Method Overall \(\mathcal{J\&F}\) I (Text) VII (Text+Sound+Image) VIII (Speech+Sound+Image) METEOR
LMPM 25.8 31.2 - - -
MUTR 32.3 35.4 41.6 40.5 -
LISA-13B 36.1 36.4 46.7 45.7 16.5
OISA-1B 41.1 40.1 52.6 53.0 21.7

With only 1B parameters, OISA-1B surpasses LISA-13B by 5.0%, with concurrent improvements in reasoning explanation quality (METEOR +5.2).
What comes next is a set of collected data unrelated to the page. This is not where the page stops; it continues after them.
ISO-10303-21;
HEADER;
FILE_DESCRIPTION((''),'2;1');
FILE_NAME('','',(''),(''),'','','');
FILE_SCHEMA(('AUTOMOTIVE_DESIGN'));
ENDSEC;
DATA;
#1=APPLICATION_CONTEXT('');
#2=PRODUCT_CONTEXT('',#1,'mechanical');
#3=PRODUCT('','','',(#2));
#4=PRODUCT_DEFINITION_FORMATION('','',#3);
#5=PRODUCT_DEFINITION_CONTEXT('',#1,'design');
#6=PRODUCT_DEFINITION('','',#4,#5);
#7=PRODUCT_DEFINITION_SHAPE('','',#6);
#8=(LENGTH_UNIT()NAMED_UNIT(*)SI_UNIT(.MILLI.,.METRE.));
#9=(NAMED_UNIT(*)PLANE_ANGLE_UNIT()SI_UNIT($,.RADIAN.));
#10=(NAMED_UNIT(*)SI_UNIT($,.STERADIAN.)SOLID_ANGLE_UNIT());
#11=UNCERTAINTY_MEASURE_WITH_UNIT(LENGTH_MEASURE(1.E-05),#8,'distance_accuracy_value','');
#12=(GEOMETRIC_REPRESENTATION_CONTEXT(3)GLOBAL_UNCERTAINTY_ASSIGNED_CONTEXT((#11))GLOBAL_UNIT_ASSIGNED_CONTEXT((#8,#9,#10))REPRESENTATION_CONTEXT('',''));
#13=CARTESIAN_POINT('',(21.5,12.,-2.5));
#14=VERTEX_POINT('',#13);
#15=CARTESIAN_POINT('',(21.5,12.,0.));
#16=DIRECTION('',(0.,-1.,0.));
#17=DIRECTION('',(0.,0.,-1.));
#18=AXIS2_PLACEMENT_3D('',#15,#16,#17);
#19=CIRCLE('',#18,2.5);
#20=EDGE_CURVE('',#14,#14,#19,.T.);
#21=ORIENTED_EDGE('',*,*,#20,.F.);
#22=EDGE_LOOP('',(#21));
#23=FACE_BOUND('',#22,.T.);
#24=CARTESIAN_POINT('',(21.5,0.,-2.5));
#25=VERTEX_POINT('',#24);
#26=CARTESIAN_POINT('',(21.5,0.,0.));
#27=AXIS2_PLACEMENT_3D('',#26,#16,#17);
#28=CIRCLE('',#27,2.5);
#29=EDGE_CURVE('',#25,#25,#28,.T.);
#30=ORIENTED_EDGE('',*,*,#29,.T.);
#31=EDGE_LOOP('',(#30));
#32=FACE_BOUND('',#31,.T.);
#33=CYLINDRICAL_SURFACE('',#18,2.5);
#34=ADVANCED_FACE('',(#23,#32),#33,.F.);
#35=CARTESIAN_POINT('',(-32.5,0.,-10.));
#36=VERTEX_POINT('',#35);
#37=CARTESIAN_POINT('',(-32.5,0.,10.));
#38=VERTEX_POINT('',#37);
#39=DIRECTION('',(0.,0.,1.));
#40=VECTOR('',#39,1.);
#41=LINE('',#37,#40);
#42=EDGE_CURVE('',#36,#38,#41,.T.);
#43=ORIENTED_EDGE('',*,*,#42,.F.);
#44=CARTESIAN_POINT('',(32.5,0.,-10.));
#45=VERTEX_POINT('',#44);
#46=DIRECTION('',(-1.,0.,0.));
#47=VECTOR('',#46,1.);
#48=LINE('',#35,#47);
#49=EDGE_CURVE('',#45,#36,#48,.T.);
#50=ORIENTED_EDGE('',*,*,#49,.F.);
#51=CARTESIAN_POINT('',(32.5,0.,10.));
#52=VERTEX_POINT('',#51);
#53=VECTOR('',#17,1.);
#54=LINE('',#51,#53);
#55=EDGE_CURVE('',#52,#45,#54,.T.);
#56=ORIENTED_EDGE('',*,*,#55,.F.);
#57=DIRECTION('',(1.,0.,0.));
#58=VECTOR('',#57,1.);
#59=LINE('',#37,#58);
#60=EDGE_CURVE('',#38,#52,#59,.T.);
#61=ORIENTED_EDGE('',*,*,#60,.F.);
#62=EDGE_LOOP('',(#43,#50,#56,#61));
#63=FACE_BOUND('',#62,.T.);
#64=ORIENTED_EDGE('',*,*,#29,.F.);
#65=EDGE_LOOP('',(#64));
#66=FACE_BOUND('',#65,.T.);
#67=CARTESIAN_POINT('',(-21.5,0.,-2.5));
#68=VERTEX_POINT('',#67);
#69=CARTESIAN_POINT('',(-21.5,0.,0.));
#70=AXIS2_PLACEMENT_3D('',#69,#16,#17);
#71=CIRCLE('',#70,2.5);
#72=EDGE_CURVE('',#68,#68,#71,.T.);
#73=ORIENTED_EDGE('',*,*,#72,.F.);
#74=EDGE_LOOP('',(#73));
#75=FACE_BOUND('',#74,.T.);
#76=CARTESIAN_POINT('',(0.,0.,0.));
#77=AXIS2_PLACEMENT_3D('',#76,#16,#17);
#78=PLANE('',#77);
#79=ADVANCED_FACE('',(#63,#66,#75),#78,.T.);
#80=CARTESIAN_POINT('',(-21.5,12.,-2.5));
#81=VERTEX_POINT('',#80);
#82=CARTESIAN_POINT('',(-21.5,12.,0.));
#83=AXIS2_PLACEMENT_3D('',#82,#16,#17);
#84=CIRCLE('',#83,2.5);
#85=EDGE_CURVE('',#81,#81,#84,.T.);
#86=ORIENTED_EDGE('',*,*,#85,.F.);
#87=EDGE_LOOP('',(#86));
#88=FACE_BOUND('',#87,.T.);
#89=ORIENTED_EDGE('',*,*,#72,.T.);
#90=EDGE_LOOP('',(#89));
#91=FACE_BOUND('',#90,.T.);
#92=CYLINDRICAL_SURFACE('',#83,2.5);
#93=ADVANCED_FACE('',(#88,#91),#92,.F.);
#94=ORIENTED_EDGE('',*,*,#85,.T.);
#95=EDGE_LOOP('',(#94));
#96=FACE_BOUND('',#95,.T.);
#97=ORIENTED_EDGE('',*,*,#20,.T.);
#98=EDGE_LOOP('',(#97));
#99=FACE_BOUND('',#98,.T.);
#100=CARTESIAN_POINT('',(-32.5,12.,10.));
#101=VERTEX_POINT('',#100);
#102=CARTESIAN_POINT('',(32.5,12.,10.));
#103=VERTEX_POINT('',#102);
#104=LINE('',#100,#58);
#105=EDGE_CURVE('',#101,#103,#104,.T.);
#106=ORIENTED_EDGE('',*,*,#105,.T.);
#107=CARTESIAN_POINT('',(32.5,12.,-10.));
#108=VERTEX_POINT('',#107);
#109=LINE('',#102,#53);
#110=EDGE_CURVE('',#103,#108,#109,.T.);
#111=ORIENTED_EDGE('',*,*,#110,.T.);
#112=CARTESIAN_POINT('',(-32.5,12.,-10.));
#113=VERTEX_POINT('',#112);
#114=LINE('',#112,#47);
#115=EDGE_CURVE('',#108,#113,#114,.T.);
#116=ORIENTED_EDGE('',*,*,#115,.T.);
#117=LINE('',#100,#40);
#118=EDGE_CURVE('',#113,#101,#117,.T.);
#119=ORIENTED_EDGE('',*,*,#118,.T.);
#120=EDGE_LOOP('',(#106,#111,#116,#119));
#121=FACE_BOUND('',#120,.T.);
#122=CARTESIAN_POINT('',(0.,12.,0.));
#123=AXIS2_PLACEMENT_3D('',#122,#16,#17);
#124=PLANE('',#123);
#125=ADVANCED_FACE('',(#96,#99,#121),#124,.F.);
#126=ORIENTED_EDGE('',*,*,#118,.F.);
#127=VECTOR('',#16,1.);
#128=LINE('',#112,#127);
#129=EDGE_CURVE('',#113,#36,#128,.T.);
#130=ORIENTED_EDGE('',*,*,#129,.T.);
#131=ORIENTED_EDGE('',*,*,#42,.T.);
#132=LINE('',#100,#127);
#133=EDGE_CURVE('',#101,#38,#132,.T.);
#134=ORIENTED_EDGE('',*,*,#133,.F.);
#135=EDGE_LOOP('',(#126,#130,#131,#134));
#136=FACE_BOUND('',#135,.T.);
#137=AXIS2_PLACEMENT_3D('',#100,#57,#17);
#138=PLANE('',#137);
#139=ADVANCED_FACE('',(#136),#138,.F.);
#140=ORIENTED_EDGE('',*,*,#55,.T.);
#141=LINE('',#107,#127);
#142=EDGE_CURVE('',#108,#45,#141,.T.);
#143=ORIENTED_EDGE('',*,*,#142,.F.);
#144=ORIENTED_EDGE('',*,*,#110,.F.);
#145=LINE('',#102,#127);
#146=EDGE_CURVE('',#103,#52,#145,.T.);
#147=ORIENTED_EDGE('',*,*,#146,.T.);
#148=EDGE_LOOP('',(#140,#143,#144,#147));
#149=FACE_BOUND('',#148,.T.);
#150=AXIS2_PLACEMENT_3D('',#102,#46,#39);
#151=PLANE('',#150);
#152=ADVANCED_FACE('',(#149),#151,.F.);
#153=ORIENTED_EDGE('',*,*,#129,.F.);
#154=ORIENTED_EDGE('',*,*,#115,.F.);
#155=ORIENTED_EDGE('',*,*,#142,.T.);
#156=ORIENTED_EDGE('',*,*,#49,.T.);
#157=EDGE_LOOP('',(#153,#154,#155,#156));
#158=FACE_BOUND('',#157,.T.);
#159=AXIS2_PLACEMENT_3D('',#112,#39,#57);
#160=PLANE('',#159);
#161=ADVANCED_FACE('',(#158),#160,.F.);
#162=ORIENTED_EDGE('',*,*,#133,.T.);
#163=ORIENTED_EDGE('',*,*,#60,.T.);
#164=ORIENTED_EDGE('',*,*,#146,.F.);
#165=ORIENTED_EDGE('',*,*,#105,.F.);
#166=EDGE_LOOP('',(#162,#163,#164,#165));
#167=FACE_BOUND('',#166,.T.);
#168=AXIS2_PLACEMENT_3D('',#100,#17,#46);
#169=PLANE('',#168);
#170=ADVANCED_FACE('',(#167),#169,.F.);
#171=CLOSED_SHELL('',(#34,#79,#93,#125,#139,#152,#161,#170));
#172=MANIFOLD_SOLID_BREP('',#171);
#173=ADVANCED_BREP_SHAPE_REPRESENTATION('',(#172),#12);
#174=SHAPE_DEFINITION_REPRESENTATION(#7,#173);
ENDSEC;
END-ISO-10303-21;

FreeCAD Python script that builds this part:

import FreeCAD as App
import Part
import Sketcher

V = App.Vector
Q = App.Units.Quantity

doc = App.newDocument("Part")
body = doc.addObject("PartDesign::Body", "Body")

# Sketch on XZ plane
sketch1 = body.newObject("Sketcher::SketchObject", "Sketch")
sketch1.AttachmentSupport = (doc.getObject("XZ_Plane"), [""])
sketch1.MapMode = "FlatFace"
sketch1.addGeometry(Part.LineSegment(V(-32.5, -10, 0), V(-32.5, 10, 0)), False)
sketch1.addGeometry(Part.LineSegment(V(-32.5, 10, 0), V(32.5, 10, 0)), False)
sketch1.addGeometry(Part.LineSegment(V(32.5, 10, 0), V(32.5, -10, 0)), False)
sketch1.addGeometry(Part.LineSegment(V(32.5, -10, 0), V(-32.5, -10, 0)), False)
sketch1.addConstraint(Sketcher.Constraint("Coincident", 0, 2, 1, 1))
sketch1.addConstraint(Sketcher.Constraint("Coincident", 1, 2, 2, 1))
sketch1.addConstraint(Sketcher.Constraint("Coincident", 2, 2, 3, 1))
sketch1.addConstraint(Sketcher.Constraint("Coincident", 3, 2, 0, 1))
sketch1.addConstraint(Sketcher.Constraint("Vertical", 0))
sketch1.addConstraint(Sketcher.Constraint("Horizontal", 1))
sketch1.addConstraint(Sketcher.Constraint("Vertical", 2))
sketch1.addConstraint(Sketcher.Constraint("Horizontal", 3))
sketch1.addConstraint(Sketcher.Constraint("Symmetric", 0, 2, 2, 2, -1, 1))
sketch1.addConstraint(Sketcher.Constraint("DistanceX", 1, 1, 1, 2, Q("65 mm")))
sketch1.addConstraint(Sketcher.Constraint("DistanceY", 0, 1, 0, 2, Q("20 mm")))
pad1 = body.newObject("PartDesign::Pad", "Pad")
pad1.Profile = sketch1
pad1.Length = 12
pad1.Reversed = True

# Sketch on XZ plane
sketch2 = body.newObject("Sketcher::SketchObject", "Sketch001")
sketch2.AttachmentSupport = (doc.getObject("XZ_Plane"), [""])
sketch2.MapMode = "FlatFace"
sketch2.addGeometry(Part.Circle(V(-21.5, 0, 0), V(0, 0, 1), 2.5), False)
sketch2.addGeometry(Part.Circle(V(21.5, 0, 0), V(0, 0, 1), 2.5), False)
sketch2.addConstraint(Sketcher.Constraint("Equal", 0, 1))
sketch2.addConstraint(Sketcher.Constraint("Symmetric", 0, 3, 1, 3, -1, 1))
sketch2.addConstraint(Sketcher.Constraint("PointOnObject", 0, 3, -1))
sketch2.addConstraint(Sketcher.Constraint("Diameter", 0, Q("5 mm")))
sketch2.addConstraint(Sketcher.Constraint("DistanceX", 0, 3, 1, 3, Q("43 mm")))
pocket1 = body.newObject("PartDesign::Pocket", "Pocket")
pocket1.Profile = sketch2
pocket1.Type = "ThroughAll"
pocket1.Midplane = True

doc.recompute()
Multimodal combination inputs (VII/VIII) yield the best results, demonstrating the complementarity of multiple modalities.

Ref-AVS Benchmark

Method Seen \(\mathcal{J}\) Unseen \(\mathcal{J}\) Mix \(\mathcal{J\&F}\)
EEMC 34.2 49.5 41.9/58.1
OISA-1B 51.7 58.3 54.5/61.4

Improvements of +17.5 and +8.8 are achieved on the Seen and Unseen splits, respectively.

Ablation Study

Audio-visual fusion strategies:

Fusion Method TVQA Subset Overall
Attention 37.4 35.8
Concatenation 36.9 35.3
AVI + Concatenation 42.0 40.5

Mask head design:

Query Type Mask Head \(\mathcal{J\&F}\) FPS
OTSA SAM 38.1 4.3
OTSA M2F 35.2 15.7
QP SAM 41.2 4.1
QP M2F 40.5 12.3

Query propagation improves over OTSA by +5.3 \(\mathcal{J\&F}\) on the M2F head while maintaining a 3× speed advantage.

Key Findings

  1. Audio-visual interleaving is the optimal solution for temporal alignment, with the most pronounced advantage on the TVQA subset (dense dialogue).
  2. More modalities lead to better performance (splits VII/VIII achieve the highest scores), confirming that multiple modalities provide complementary information.
  3. Query propagation substantially improves tracking quality for dynamic targets, resolving the ID-switching problem of OTSA.
  4. OmniAVS is 17% more challenging than Ref-AVS (41.1 vs. 58.0), validating the dataset's difficulty.

Highlights & Insights

  • Forward-looking dataset design: 8 modality combinations + reasoning explanations + multi-target referring provide a fine-grained perception benchmark for omnimodal AI.
  • From "hearing" to "understanding": RAVS is advanced from acoustic attribute detection to sound content reasoning.
  • 1B model outperforms 13B: Demonstrates that task-specific design (AVI + QP) matters more than parameter count alone.

Limitations & Future Work

  • The base LLM is only 0.5B, limiting capability in scenarios requiring deep reasoning (e.g., ReasonSeg).
  • Disentangling complex overlapping sounds remains a bottleneck (e.g., multiple simultaneous speakers with background noise).
  • Speech expressions are synthesized via TTS, creating a distribution gap relative to real human speech.
  • Audio-visual scene understanding: AVSBench, Ref-AVS, Music-AVQA, and related audio-visual joint learning works.
  • Reasoning segmentation: LISA, VideoLISA, VISA, and other MLLM-based reasoning segmentation methods.
  • Omnimodal models: ChatGPT-4o, VideoLLaMA, and other multimodal understanding systems.

Rating

  • Novelty: ⭐⭐⭐⭐⭐ — The OmniAVS dataset defines an entirely new paradigm for omnimodal reasoning segmentation.
  • Technical Depth: ⭐⭐⭐⭐ — AVI and query propagation are well-motivated and effective designs.
  • Experimental Thoroughness: ⭐⭐⭐⭐⭐ — Comprehensive validation across OmniAVS/Ref-AVS/RefCOCO/MeViS/ReVOS on multiple tasks.
  • Writing Quality: ⭐⭐⭐⭐ — Dataset motivation and comparison with Ref-AVS are clearly argued.